■ Supplied records:

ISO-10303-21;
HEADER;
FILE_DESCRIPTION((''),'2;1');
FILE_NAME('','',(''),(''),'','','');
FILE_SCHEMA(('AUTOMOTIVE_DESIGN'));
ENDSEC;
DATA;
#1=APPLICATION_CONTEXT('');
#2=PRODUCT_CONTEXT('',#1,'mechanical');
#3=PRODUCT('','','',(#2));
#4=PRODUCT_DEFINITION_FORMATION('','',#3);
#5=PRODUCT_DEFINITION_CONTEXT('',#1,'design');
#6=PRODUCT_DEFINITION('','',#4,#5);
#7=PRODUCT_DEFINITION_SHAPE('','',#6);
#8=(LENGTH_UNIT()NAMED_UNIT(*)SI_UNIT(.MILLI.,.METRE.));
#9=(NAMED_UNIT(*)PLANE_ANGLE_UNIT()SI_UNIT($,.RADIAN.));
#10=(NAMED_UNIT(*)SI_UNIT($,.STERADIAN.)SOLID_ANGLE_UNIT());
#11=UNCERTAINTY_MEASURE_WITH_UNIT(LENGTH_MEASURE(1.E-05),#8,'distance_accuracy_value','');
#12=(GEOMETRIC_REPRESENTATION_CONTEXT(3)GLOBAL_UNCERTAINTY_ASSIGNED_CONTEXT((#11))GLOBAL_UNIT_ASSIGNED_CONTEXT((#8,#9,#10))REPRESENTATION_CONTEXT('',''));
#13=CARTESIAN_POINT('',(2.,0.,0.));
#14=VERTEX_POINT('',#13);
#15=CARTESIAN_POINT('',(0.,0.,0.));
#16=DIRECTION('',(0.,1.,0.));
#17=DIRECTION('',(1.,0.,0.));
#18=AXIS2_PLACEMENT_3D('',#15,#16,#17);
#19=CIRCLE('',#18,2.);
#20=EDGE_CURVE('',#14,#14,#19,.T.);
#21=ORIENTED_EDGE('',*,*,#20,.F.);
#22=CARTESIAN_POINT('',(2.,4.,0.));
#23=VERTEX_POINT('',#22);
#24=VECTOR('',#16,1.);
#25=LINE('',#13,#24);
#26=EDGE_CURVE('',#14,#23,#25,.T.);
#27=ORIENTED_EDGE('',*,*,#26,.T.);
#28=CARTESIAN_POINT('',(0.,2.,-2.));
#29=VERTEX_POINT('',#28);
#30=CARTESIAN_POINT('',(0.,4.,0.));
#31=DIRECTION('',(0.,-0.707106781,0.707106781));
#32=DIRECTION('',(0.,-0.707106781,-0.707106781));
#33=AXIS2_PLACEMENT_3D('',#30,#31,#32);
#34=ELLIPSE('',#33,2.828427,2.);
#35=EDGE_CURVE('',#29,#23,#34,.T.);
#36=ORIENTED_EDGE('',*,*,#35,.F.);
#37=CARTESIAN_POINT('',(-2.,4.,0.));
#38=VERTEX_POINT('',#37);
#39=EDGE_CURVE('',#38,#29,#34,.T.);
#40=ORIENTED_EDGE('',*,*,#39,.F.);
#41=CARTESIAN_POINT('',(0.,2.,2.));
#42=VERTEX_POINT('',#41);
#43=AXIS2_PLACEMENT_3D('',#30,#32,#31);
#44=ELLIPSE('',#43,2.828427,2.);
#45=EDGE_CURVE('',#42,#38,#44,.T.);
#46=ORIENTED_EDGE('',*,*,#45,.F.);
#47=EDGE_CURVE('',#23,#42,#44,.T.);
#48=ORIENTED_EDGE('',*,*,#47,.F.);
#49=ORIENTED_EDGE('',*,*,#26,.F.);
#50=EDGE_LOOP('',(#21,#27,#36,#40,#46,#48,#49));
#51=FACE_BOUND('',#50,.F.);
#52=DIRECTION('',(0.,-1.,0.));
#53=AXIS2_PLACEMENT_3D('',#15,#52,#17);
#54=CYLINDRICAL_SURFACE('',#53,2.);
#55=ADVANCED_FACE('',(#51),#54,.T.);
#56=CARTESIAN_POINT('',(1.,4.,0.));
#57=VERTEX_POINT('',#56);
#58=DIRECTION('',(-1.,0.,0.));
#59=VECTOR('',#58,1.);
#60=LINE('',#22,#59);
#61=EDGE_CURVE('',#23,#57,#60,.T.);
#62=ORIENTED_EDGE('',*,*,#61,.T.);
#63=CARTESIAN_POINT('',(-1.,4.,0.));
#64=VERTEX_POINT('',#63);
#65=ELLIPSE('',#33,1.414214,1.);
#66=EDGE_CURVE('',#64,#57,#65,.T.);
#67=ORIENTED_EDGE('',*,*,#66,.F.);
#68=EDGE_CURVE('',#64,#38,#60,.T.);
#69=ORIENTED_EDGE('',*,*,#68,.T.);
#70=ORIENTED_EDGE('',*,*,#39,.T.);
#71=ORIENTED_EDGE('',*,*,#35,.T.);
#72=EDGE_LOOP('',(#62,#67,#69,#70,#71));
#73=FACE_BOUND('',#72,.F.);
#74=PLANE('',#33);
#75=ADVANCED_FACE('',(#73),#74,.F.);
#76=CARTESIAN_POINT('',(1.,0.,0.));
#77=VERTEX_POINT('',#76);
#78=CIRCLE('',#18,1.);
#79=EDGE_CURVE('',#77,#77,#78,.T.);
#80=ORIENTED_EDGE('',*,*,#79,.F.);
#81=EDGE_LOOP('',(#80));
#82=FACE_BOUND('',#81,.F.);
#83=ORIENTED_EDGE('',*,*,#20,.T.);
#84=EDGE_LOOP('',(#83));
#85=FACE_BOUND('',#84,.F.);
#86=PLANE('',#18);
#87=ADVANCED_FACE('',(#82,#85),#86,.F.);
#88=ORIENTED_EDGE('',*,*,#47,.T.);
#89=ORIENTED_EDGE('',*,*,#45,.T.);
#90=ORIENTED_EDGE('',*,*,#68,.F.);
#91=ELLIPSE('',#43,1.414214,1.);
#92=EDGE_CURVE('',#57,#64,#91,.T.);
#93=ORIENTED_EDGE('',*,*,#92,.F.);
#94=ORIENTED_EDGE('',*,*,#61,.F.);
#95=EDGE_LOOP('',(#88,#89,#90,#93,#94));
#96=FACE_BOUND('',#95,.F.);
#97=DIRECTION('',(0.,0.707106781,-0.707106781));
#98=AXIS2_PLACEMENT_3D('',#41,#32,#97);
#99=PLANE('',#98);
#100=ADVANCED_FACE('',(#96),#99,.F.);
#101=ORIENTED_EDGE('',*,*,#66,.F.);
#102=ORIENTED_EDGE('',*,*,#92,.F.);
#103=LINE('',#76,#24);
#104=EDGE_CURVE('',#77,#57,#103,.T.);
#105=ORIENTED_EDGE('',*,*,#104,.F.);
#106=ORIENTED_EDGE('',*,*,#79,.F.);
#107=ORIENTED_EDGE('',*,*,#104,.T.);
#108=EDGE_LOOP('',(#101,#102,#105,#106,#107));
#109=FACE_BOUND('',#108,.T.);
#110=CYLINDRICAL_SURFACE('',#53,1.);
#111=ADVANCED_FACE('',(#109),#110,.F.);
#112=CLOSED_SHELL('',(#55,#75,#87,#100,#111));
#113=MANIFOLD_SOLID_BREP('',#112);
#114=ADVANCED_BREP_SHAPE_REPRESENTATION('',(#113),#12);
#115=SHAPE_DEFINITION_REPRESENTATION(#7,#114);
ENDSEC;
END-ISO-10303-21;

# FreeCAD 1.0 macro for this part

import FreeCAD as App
import Part
import Sketcher
Q = App.Units.Quantity


def add_polygon(sketch, points):
    """Adds a closed chain of lines whose ends are joined by coincident constraints."""
    first, n = sketch.GeometryCount, len(points)
    for a, b in zip(points, points[1:] + points[:1]):
        sketch.addGeometry(Part.LineSegment(App.Vector(*a, 0), App.Vector(*b, 0)), False)
    for i in range(n):
        sketch.addConstraint(Sketcher.Constraint("Coincident", first + i, 2, first + (i + 1) % n, 1))

doc = App.newDocument("Part")
body = doc.addObject("PartDesign::Body", "Body")

# Sketch on XZ plane
sketch1 = doc.addObject("Sketcher::SketchObject", "Sketch")
body.addObject(sketch1)
sketch1.AttachmentSupport = (doc.XZ_Plane, [""])
sketch1.MapMode = "FlatFace"
sketch1.addGeometry([
    Part.Circle(App.Vector(0, 0, 0), App.Vector(0, 0, 1), 2),
    Part.Circle(App.Vector(0, 0, 0), App.Vector(0, 0, 1), 1),
], False)
sketch1.addConstraint([
    Sketcher.Constraint("Coincident", 0, 3, -1, 1),
    Sketcher.Constraint("Coincident", 1, 3, -1, 1),
    Sketcher.Constraint("Diameter", 0, Q("4 mm")),
    Sketcher.Constraint("Diameter", 1, Q("2 mm")),
])
pad1 = doc.addObject("PartDesign::Pad", "Pad")
body.addObject(pad1)
pad1.Profile = sketch1
pad1.Length = 4
pad1.Reversed = True

# Sketch on YZ plane
sketch2 = doc.addObject("Sketcher::SketchObject", "Sketch001")
body.addObject(sketch2)
sketch2.AttachmentSupport = (doc.YZ_Plane, [""])
sketch2.MapMode = "FlatFace"
add_polygon(sketch2, [(4, -2), (4, 0), (2, -2)])  # lines 0-2
add_polygon(sketch2, [(4, 2), (2, 2), (4, 0)])  # lines 3-5
sketch2.addConstraint([
    Sketcher.Constraint("Vertical", 0),
    Sketcher.Constraint("Horizontal", 2),
    Sketcher.Constraint("Horizontal", 3),
    Sketcher.Constraint("Vertical", 5),
    Sketcher.Constraint("Coincident", 4, 2, 0, 2),
    Sketcher.Constraint("Symmetric", 1, 2, 3, 2, -1),
    Sketcher.Constraint("PointOnObject", 0, 2, -1),
    Sketcher.Constraint("Perpendicular", 1, 4),
    Sketcher.Constraint("DistanceX", 2, 1, 2, 2, Q("2 mm")),
    Sketcher.Constraint("DistanceX", -1, 1, 0, 2, Q("4 mm")),
])
pocket1 = doc.addObject("PartDesign::Pocket", "Pocket")
body.addObject(pocket1)
pocket1.Profile = sketch2
pocket1.Length = 4
pocket1.Midplane = True

doc.recompute()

■ Requirement: Could you work out how many lines above contain the string "DIRECTION"? Only the number should be given.

■ Written response: 7